Still going strong: Yorkshire squash vets master Nationals and leave Willstrop awestruck
The British National Championships ended on Sunday evening at Sportcity in Manchester. The finals were played out in front of a packed and willing audience in the main arena and it is always one of my favourite occasions in which to be involved.
So that being said I was glad I made it to finals day for another match against Nick Matthew. He beat me 3-1 this time but the quality of squash was high; not too much to be disappointed with.
I have learnt lately to try and judge the performance over the result, and am disappointed not to win but always take pleasure if the quality of the output is high.
The first two games were particularly fierce and Nick was better in the third and fourth.
Alison Waters made it back-to-back titles in the women’s event with a win over first-time finalist Madeline Perry from Northern Ireland.
Perry is based in Yorkshire and took a massive scalp by beating Laura Massaro, the world number two, in the semi-finals to give her her first final berth at the age of 37.
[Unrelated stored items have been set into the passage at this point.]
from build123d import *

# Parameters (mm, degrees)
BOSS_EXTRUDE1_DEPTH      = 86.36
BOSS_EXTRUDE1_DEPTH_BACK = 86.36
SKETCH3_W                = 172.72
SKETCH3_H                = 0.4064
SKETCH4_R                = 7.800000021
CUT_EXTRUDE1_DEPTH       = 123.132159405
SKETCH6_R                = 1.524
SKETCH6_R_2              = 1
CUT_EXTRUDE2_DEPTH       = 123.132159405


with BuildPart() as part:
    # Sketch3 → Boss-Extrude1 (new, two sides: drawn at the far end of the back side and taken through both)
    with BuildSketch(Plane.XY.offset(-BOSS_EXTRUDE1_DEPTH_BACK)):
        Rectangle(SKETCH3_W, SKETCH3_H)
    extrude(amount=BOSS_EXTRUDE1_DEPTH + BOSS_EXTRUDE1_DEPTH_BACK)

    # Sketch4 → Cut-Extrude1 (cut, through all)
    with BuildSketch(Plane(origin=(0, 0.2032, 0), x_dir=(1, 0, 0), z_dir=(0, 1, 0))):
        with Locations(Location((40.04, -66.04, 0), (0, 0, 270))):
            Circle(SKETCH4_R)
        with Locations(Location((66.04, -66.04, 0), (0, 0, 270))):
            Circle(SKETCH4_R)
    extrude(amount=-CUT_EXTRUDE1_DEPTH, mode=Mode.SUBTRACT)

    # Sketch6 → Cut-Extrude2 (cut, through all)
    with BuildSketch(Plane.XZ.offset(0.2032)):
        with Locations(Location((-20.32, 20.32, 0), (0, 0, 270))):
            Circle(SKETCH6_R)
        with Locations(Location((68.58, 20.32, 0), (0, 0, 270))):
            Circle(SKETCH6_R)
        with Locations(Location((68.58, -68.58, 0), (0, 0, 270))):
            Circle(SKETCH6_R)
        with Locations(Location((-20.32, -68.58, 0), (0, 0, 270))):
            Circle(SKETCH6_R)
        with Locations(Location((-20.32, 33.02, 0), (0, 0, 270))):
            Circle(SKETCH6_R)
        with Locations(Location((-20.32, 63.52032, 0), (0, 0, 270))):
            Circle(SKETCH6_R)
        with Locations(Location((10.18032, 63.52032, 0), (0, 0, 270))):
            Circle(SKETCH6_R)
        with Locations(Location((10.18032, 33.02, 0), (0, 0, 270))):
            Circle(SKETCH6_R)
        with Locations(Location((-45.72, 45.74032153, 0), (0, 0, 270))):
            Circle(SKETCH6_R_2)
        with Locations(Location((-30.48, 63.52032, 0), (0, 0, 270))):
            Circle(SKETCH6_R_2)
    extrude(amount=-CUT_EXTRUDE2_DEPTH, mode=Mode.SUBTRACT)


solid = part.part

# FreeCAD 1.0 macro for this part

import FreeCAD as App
import Part
import Sketcher
from FreeCAD import Vector
Q = App.Units.Quantity

doc = App.newDocument("Part")
params = doc.addObject("Spreadsheet::Sheet", "Params")
for row, (alias, value) in enumerate([
    ("sketch1_width", "6.8 in"),
    ("sketch1_height", "0.016 in"),
    ("pad1_length", "3.4 in"),
    ("pad1_length2", "3.4 in"),
    ("sketch3_diameter", "0.12 in"),
], start=1):
    params.set(f"A{row}", alias)
    params.set(f"B{row}", "=" + value)
    params.setAlias(f"B{row}", alias)

body = doc.addObject("PartDesign::Body", "Body")

sketch1 = body.newObject("Sketcher::SketchObject", "Sketch")
sketch1.AttachmentSupport = (doc.getObject("XY_Plane"), [""])
sketch1.MapMode = "FlatFace"
sketch1.addGeometry(Part.LineSegment(Vector(-86.36, 0.2, 0), Vector(-86.36, -0.2, 0)), False)
sketch1.addGeometry(Part.LineSegment(Vector(-86.36, -0.2, 0), Vector(86.36, -0.2, 0)), False)
sketch1.addGeometry(Part.LineSegment(Vector(86.36, -0.2, 0), Vector(86.36, 0.2, 0)), False)
sketch1.addGeometry(Part.LineSegment(Vector(86.36, 0.2, 0), Vector(-86.36, 0.2, 0)), False)
sketch1.addConstraint(Sketcher.Constraint("Coincident", 0, 2, 1, 1))
sketch1.addConstraint(Sketcher.Constraint("Coincident", 1, 2, 2, 1))
sketch1.addConstraint(Sketcher.Constraint("Coincident", 2, 2, 3, 1))
sketch1.addConstraint(Sketcher.Constraint("Coincident", 3, 2, 0, 1))
sketch1.addConstraint(Sketcher.Constraint("Vertical", 0))
sketch1.addConstraint(Sketcher.Constraint("Horizontal", 1))
sketch1.addConstraint(Sketcher.Constraint("Vertical", 2))
sketch1.addConstraint(Sketcher.Constraint("Horizontal", 3))
sketch1.addConstraint(Sketcher.Constraint("Symmetric", 0, 2, 2, 2, -1, 1))
sketch1.addConstraint(Sketcher.Constraint("DistanceX", 1, 1, 1, 2, Q("6.8 in")))
sketch1.addConstraint(Sketcher.Constraint("DistanceY", 0, 2, 0, 1, Q("0.016 in")))
sketch1.setExpression("Constraints[9]", "Params.sketch1_width")
sketch1.setExpression("Constraints[10]", "Params.sketch1_height")
pad1 = body.newObject("PartDesign::Pad", "Pad")
pad1.Profile = sketch1
pad1.Type = "TwoLengths"
pad1.setExpression("Length", "Params.pad1_length")
pad1.setExpression("Length2", "Params.pad1_length2")

sketch2 = body.newObject("Sketcher::SketchObject", "Sketch001")
sketch2.AttachmentSupport = (doc.getObject("XZ_Plane"), [""])
sketch2.MapMode = "FlatFace"
sketch2.AttachmentOffset = App.Placement(Vector(0, 0, -0.008 * 25.4), App.Rotation())
sketch2.addGeometry(Part.Circle(Vector(40, 66, 0), Vector(0, 0, 1), 8), False)
sketch2.addGeometry(Part.Circle(Vector(66, 66, 0), Vector(0, 0, 1), 8), False)
sketch2.addConstraint(Sketcher.Constraint("Equal", 0, 1))
sketch2.addConstraint(Sketcher.Constraint("Horizontal", 0, 3, 1, 3))
sketch2.addConstraint(Sketcher.Constraint("DistanceY", -1, 1, 0, 3, Q("2.6 in")))
sketch2.addConstraint(Sketcher.Constraint("DistanceX", -1, 1, 1, 3, Q("2.6 in")))
sketch2.addConstraint(Sketcher.Constraint("Diameter", 0, Q("15.6 mm")))
sketch2.addConstraint(Sketcher.Constraint("DistanceX", -1, 1, 0, 3, Q("40.04 mm")))
pocket1 = body.newObject("PartDesign::Pocket", "Pocket")
pocket1.Profile = sketch2
pocket1.Type = "ThroughAll"
pocket1.Reversed = True

sketch3 = body.newObject("Sketcher::SketchObject", "Sketch002")
sketch3.AttachmentSupport = (doc.getObject("XZ_Plane"), [""])
sketch3.MapMode = "FlatFace"
sketch3.AttachmentOffset = App.Placement(Vector(0, 0, 0.008 * 25.4), App.Rotation())
sketch3.addGeometry(Part.Circle(Vector(-20.3, 20.3, 0), Vector(0, 0, 1), 1.5), False)
sketch3.addGeometry(Part.Circle(Vector(68.6, 20.3, 0), Vector(0, 0, 1), 1.5), False)
sketch3.addGeometry(Part.Circle(Vector(68.6, -68.6, 0), Vector(0, 0, 1), 1.5), False)
sketch3.addGeometry(Part.Circle(Vector(-20.3, -68.6, 0), Vector(0, 0, 1), 1.5), False)
sketch3.addGeometry(Part.Circle(Vector(-20.3, 33, 0), Vector(0, 0, 1), 1.5), False)
sketch3.addGeometry(Part.Circle(Vector(-20.3, 63.5, 0), Vector(0, 0, 1), 1.5), False)
sketch3.addGeometry(Part.Circle(Vector(10.2, 63.5, 0), Vector(0, 0, 1), 1.5), False)
sketch3.addGeometry(Part.Circle(Vector(10.2, 33, 0), Vector(0, 0, 1), 1.5), False)
sketch3.addGeometry(Part.Circle(Vector(-45.7, 45.7, 0), Vector(0, 0, 1), 1), False)
sketch3.addGeometry(Part.Circle(Vector(-30.5, 63.5, 0), Vector(0, 0, 1), 1), False)
sketch3.addConstraint(Sketcher.Constraint("Equal", 0, 1))
sketch3.addConstraint(Sketcher.Constraint("Equal", 1, 2))
sketch3.addConstraint(Sketcher.Constraint("Equal", 2, 3))
sketch3.addConstraint(Sketcher.Constraint("Equal", 3, 4))
sketch3.addConstraint(Sketcher.Constraint("Equal", 4, 5))
sketch3.addConstraint(Sketcher.Constraint("Equal", 5, 6))
sketch3.addConstraint(Sketcher.Constraint("Equal", 6, 7))
sketch3.addConstraint(Sketcher.Constraint("Equal", 8, 9))
sketch3.addConstraint(Sketcher.Constraint("Horizontal", 0, 3, 1, 3))
sketch3.addConstraint(Sketcher.Constraint("Horizontal", 2, 3, 3, 3))
sketch3.addConstraint(Sketcher.Constraint("Horizontal", 5, 3, 6, 3))
sketch3.addConstraint(Sketcher.Constraint("Horizontal", 4, 3, 7, 3))
sketch3.addConstraint(Sketcher.Constraint("Horizontal", 6, 3, 9, 3))
sketch3.addConstraint(Sketcher.Constraint("Vertical", 1, 3, 2, 3))
sketch3.addConstraint(Sketcher.Constraint("Vertical", 0, 3, 3, 3))
sketch3.addConstraint(Sketcher.Constraint("Vertical", 3, 3, 4, 3))
sketch3.addConstraint(Sketcher.Constraint("Vertical", 4, 3, 5, 3))
sketch3.addConstraint(Sketcher.Constraint("Vertical", 6, 3, 7, 3))
sketch3.addConstraint(Sketcher.Constraint("Diameter", 0, Q("0.12 in")))
sketch3.addConstraint(Sketcher.Constraint("DistanceY", 3, 3, 4, 3, Q("4 in")))
sketch3.addConstraint(Sketcher.Constraint("DistanceX", 8, 3, 4, 3, Q("1 in")))
sketch3.addConstraint(Sketcher.Constraint("DistanceX", 0, 3, -1, 1, Q("0.8 in")))
sketch3.addConstraint(Sketcher.Constraint("DistanceY", -1, 1, 0, 3, Q("0.8 in")))
sketch3.addConstraint(Sketcher.Constraint("DistanceX", -1, 1, 1, 3, Q("2.7 in")))
sketch3.addConstraint(Sketcher.Constraint("DistanceY", 2, 3, -1, 1, Q("2.7 in")))
sketch3.addConstraint(Sketcher.Constraint("DistanceX", 9, 3, -1, 1, Q("1.2 in")))
sketch3.addConstraint(Sketcher.Constraint("DistanceY", 8, 3, 5, 3, Q("0.6999999 in")))
sketch3.addConstraint(Sketcher.Constraint("Diameter", 8, Q("2 mm")))
sketch3.addConstraint(Sketcher.Constraint("DistanceY", -1, 1, 5, 3, Q("2.5008 in")))
sketch3.addConstraint(Sketcher.Constraint("DistanceX", -1, 1, 6, 3, Q("0.4008 in")))
sketch3.setExpression("Constraints[18]", "Params.sketch3_diameter")
pocket2 = body.newObject("PartDesign::Pocket", "Pocket001")
pocket2.Profile = sketch3
pocket2.Type = "ThroughAll"

doc.recompute()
It is to her great credit that she is playing such a physically demanding sport to such a level at that age, as any retiree would attest.
In fact, I at 30 can attest it’s hard enough at that now let alone at 37. It’s a fabulous event though, where the age group titles are played alongside the professional event players.
The centre is packed all week long and the atmosphere and buzz is exciting for the sport. In fact, in the masters events this year Yorkshire registered their biggest title haul.
Former world number three Simon Parke led the way by winning the British men’s over-35 title and other Yorkshire winners included Claire Walker, Andrea Santa Maria and Adrian Wright.
Andrea and Julie Field, finalist in the women’s O55 category, are at Pontefract Squash Club on a regular basis, training at almost professional levels.
Their commitment is admirable and their results in masters squash show the effort and dedication they have given the sport.
Masters squash is as strong and therefore as tough as ever. How incredible too that the O75 final was a 53 minute five-setter between Pat Kirton and Lance Kinder.
A total of 53 minutes is a mighty long time to be playing squash continuously; I hear 40-year-olds trying to tell me they are too old for the game.
The 2014 Nationals was another success and, as always, it was a pleasure to be involved again. All in squash in Manchester and all at England Squash and Racketball are to be congratulated for building a top-notch event over the years.